=== Begin Enclosure ===

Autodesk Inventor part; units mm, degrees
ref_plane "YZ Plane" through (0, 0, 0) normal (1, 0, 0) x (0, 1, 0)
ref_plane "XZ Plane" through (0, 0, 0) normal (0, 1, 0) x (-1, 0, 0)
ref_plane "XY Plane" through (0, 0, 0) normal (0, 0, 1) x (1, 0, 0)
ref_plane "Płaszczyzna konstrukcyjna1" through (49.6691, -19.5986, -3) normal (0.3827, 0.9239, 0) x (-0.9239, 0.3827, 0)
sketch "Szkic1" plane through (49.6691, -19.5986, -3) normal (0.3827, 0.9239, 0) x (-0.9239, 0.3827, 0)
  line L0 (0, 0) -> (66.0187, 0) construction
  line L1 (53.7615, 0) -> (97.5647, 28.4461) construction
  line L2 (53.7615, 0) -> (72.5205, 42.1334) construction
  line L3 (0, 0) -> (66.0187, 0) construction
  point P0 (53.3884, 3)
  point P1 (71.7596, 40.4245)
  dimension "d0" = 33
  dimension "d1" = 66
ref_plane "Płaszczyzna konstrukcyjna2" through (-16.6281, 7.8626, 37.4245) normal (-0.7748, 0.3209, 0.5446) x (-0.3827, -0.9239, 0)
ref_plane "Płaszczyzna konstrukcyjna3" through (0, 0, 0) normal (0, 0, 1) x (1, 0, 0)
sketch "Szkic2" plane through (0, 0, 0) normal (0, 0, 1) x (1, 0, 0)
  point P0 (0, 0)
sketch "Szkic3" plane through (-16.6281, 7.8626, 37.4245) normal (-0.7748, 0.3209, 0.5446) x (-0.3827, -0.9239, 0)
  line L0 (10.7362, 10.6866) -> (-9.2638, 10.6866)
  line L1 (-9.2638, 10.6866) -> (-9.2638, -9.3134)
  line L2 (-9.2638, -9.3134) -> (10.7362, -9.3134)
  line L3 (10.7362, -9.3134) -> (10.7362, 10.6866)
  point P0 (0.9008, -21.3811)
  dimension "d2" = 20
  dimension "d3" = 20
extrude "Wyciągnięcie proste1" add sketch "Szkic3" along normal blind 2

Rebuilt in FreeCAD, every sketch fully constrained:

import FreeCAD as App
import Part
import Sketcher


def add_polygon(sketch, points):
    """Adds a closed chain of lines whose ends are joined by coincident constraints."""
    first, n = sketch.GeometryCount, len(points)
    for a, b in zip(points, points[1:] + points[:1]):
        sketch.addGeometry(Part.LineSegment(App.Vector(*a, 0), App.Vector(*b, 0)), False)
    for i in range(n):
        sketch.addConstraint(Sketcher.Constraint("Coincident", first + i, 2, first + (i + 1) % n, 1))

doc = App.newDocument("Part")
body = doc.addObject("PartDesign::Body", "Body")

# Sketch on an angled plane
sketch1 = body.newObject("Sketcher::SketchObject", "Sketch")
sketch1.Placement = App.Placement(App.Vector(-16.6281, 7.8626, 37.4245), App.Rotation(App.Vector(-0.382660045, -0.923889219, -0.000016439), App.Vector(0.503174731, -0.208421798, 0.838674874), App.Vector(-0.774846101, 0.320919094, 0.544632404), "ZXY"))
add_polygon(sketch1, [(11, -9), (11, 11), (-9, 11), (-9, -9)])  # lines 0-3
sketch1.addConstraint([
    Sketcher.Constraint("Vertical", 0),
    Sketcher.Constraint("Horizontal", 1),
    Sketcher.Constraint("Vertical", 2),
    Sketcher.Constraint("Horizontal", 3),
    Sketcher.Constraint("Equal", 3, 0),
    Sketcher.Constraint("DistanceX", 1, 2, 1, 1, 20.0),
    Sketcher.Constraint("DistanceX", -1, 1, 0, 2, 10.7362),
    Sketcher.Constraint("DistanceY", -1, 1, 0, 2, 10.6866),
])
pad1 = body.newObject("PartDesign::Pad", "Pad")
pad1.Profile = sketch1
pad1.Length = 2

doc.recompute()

=== End Enclosure ===
=== Begin Enclosure ===

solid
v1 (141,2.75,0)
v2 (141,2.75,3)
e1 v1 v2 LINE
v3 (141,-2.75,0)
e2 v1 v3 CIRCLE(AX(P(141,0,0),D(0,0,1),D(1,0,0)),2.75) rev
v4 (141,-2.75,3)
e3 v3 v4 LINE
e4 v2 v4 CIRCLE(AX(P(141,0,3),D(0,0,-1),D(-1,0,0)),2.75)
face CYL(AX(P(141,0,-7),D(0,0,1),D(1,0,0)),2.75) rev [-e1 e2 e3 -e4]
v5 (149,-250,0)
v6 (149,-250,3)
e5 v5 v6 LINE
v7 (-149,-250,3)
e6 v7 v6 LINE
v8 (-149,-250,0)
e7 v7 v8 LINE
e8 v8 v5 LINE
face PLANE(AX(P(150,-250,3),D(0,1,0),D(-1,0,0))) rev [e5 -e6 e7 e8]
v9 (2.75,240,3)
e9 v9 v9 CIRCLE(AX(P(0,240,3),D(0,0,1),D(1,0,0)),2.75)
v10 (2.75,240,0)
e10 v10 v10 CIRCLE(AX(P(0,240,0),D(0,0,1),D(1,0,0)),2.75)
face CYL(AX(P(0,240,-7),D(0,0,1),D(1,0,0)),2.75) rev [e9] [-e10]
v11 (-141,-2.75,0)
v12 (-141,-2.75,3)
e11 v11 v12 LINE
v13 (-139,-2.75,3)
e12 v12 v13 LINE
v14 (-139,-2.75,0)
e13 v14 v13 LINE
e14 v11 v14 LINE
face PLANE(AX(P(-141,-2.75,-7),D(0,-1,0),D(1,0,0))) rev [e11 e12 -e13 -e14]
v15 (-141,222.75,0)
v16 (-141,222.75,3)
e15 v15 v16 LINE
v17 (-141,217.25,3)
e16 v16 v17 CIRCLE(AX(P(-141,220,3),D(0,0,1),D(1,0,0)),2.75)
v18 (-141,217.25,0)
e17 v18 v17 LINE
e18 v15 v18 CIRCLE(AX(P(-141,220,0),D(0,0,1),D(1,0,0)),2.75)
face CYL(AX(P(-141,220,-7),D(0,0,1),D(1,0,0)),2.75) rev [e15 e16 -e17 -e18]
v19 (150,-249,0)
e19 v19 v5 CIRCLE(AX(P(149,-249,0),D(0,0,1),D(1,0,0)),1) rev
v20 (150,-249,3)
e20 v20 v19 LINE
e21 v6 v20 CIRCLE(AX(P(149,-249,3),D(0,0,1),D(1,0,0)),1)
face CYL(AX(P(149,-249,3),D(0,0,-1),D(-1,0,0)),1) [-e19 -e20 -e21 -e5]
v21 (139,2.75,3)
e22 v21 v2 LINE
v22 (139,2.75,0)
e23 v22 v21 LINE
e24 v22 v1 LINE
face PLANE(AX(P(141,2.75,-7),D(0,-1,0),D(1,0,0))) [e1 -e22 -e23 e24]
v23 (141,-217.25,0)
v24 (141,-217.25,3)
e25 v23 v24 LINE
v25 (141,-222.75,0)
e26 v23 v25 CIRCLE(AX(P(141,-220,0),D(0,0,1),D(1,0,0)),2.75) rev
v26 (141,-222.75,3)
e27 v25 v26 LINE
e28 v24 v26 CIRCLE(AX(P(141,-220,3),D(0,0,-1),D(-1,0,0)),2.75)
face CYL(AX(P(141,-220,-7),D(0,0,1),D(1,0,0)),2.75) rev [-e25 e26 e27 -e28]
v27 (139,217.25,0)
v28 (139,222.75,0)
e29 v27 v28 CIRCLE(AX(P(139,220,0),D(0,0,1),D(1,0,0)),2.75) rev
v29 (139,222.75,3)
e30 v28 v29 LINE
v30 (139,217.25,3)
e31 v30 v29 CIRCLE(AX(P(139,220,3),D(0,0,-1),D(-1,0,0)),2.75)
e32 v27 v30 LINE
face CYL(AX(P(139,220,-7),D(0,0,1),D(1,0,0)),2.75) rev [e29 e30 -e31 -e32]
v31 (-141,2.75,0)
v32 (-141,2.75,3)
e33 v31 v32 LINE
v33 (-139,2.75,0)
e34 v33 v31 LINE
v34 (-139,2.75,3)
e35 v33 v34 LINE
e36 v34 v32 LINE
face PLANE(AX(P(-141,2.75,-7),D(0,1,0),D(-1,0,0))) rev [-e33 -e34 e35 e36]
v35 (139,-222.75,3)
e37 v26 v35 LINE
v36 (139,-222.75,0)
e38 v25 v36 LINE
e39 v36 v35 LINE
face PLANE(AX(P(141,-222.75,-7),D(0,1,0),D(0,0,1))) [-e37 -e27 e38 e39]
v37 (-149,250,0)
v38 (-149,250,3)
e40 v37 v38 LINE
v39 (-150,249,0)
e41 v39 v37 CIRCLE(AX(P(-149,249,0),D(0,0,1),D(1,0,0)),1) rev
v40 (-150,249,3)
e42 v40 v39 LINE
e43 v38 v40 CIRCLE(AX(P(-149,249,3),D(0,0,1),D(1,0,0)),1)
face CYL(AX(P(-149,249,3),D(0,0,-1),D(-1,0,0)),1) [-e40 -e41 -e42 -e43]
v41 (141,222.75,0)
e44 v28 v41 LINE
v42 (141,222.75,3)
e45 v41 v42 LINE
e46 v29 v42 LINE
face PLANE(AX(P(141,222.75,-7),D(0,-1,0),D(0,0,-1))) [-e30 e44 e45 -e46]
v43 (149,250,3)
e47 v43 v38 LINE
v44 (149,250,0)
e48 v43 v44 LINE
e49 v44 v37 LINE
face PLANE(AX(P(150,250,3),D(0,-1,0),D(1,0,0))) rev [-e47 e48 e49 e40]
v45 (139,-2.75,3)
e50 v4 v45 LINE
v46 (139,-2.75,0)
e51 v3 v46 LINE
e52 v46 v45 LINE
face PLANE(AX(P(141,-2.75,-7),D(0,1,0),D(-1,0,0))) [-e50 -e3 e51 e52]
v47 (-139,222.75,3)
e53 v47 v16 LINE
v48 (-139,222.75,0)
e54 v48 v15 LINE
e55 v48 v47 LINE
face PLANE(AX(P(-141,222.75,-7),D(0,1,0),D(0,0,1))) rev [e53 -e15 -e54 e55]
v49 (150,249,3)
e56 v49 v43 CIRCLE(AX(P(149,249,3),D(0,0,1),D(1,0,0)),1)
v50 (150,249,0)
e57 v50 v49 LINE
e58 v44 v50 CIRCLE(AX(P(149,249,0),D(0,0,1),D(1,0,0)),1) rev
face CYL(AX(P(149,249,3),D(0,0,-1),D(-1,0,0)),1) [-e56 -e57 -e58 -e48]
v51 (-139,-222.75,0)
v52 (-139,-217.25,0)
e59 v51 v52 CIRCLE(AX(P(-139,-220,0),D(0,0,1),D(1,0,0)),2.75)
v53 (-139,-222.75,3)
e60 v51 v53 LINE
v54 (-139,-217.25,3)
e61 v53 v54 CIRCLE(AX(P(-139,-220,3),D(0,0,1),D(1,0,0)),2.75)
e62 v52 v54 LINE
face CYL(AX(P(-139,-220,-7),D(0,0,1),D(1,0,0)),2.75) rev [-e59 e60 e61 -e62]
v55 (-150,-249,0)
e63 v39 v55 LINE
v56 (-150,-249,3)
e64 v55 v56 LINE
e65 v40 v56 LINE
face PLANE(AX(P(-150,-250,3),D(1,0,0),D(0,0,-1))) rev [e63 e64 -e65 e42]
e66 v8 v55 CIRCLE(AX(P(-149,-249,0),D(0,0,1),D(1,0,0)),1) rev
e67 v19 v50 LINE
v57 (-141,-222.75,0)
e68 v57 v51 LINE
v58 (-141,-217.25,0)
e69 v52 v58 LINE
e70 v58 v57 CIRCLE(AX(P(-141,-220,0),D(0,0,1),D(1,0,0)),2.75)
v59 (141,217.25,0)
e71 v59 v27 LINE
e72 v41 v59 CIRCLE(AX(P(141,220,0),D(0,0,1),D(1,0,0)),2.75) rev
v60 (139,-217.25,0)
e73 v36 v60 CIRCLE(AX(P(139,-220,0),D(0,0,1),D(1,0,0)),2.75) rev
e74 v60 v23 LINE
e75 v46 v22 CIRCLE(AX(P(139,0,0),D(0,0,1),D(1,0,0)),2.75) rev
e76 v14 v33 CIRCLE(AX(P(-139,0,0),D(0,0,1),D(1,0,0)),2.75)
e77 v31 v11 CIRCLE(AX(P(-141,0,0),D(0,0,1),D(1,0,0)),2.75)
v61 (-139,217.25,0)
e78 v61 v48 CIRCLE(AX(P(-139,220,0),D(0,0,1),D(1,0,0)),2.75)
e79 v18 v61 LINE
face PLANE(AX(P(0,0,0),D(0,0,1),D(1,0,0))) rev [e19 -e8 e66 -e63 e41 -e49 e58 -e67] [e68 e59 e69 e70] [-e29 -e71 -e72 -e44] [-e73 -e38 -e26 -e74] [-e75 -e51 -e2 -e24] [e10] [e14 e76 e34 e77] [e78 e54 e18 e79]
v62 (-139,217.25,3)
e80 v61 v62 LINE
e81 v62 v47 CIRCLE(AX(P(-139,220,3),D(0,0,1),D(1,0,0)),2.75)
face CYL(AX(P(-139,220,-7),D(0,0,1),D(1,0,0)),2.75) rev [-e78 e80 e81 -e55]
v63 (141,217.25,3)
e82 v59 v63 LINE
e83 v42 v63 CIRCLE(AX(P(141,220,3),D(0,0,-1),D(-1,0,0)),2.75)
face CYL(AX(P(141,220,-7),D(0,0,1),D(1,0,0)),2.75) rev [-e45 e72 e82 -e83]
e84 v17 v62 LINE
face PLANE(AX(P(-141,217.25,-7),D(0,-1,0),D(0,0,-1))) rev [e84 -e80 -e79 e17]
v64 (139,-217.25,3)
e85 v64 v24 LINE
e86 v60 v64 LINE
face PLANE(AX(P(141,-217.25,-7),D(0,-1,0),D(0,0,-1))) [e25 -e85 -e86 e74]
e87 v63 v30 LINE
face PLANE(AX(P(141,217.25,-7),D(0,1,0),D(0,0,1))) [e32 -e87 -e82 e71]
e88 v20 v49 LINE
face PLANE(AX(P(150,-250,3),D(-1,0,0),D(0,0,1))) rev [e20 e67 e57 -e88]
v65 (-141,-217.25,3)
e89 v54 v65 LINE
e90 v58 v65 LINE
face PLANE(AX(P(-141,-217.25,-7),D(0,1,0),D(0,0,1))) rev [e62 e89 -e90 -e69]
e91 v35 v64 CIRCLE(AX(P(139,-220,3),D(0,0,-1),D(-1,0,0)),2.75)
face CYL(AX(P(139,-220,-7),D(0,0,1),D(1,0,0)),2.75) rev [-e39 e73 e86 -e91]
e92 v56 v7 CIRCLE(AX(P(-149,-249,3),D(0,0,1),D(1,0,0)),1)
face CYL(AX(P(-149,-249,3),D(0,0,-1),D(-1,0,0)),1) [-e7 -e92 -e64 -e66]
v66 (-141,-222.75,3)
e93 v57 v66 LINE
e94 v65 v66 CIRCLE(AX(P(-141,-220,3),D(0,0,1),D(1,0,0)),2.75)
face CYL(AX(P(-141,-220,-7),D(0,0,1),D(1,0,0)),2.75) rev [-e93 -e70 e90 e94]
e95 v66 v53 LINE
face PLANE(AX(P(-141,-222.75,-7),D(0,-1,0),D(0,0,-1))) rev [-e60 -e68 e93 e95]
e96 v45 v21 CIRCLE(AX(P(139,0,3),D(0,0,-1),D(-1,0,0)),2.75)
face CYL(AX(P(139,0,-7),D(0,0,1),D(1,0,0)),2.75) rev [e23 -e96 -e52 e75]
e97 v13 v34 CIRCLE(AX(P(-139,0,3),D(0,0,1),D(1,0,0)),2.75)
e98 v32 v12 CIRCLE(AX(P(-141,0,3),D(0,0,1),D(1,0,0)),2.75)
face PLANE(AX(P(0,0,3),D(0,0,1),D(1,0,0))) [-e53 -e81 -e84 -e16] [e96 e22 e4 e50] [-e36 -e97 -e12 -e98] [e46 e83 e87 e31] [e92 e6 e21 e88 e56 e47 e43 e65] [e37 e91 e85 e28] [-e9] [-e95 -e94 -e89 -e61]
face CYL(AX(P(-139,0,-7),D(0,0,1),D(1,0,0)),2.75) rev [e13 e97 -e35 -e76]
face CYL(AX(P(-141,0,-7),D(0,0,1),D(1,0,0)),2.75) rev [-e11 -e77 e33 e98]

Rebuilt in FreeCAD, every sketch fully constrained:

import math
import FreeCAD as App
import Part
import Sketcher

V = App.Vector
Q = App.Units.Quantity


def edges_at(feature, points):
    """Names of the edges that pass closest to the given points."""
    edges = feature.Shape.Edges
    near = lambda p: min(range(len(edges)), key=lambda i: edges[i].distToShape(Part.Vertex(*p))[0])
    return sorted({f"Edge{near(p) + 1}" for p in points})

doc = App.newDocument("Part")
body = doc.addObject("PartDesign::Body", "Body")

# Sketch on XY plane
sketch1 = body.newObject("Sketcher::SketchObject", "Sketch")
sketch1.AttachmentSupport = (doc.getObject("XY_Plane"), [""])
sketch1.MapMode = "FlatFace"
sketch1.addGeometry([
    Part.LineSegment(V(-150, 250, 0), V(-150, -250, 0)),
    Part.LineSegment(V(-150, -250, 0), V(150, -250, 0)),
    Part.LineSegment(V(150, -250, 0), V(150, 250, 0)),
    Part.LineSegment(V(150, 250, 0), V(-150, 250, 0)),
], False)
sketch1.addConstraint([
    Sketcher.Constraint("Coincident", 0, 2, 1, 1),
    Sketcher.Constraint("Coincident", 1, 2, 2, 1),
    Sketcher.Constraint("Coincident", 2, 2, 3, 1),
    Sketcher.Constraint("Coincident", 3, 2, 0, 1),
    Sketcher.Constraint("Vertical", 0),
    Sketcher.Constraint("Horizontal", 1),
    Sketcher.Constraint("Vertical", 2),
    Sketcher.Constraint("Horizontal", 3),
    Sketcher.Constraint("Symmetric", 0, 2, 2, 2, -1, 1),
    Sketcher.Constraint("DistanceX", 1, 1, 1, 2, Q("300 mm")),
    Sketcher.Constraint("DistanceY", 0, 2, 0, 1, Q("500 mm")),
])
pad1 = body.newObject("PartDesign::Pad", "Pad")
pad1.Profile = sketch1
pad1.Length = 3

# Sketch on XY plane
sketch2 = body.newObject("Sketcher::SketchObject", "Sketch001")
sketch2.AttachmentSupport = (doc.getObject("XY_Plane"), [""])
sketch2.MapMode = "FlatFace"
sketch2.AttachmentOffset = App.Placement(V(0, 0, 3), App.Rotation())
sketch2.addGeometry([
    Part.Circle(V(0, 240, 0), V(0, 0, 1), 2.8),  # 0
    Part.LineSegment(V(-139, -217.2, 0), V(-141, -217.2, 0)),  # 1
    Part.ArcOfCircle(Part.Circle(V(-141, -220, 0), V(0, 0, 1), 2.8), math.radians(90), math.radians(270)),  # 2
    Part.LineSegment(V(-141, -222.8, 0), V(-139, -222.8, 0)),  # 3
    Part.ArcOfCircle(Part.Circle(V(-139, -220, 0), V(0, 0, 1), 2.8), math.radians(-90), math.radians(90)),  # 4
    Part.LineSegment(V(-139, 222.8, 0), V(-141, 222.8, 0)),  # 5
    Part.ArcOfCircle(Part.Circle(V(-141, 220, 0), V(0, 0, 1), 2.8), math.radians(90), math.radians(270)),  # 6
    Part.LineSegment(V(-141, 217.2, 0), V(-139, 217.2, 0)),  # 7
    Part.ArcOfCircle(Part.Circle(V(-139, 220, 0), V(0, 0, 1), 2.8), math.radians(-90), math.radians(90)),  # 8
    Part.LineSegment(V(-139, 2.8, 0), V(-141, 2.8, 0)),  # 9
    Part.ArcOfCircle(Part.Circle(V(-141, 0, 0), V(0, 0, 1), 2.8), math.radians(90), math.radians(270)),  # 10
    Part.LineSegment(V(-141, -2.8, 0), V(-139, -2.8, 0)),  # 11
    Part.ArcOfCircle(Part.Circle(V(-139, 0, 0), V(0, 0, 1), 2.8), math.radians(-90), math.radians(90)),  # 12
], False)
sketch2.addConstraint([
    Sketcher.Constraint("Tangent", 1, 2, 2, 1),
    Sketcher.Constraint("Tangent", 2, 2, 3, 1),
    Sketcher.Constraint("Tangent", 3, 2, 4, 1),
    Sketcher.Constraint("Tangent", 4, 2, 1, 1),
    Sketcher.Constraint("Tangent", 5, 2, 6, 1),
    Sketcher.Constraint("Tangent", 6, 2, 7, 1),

=== End Enclosure ===

| Task item |
Copy the lines of the data above exactly as written, beginning with the line containing "Autodesk Inventor part; units mm, degrees" and ending with the line containing "plane through (49.6691, -19.5986, -3)", and leave out all other lines.

| Answer for this exercise |
Autodesk Inventor part; units mm, degrees
ref_plane "YZ Plane" through (0, 0, 0) normal (1, 0, 0) x (0, 1, 0)
ref_plane "XZ Plane" through (0, 0, 0) normal (0, 1, 0) x (-1, 0, 0)
ref_plane "XY Plane" through (0, 0, 0) normal (0, 0, 1) x (1, 0, 0)
ref_plane "Płaszczyzna konstrukcyjna1" through (49.6691, -19.5986, -3) normal (0.3827, 0.9239, 0) x (-0.9239, 0.3827, 0)
sketch "Szkic1" plane through (49.6691, -19.5986, -3) normal (0.3827, 0.9239, 0) x (-0.9239, 0.3827, 0)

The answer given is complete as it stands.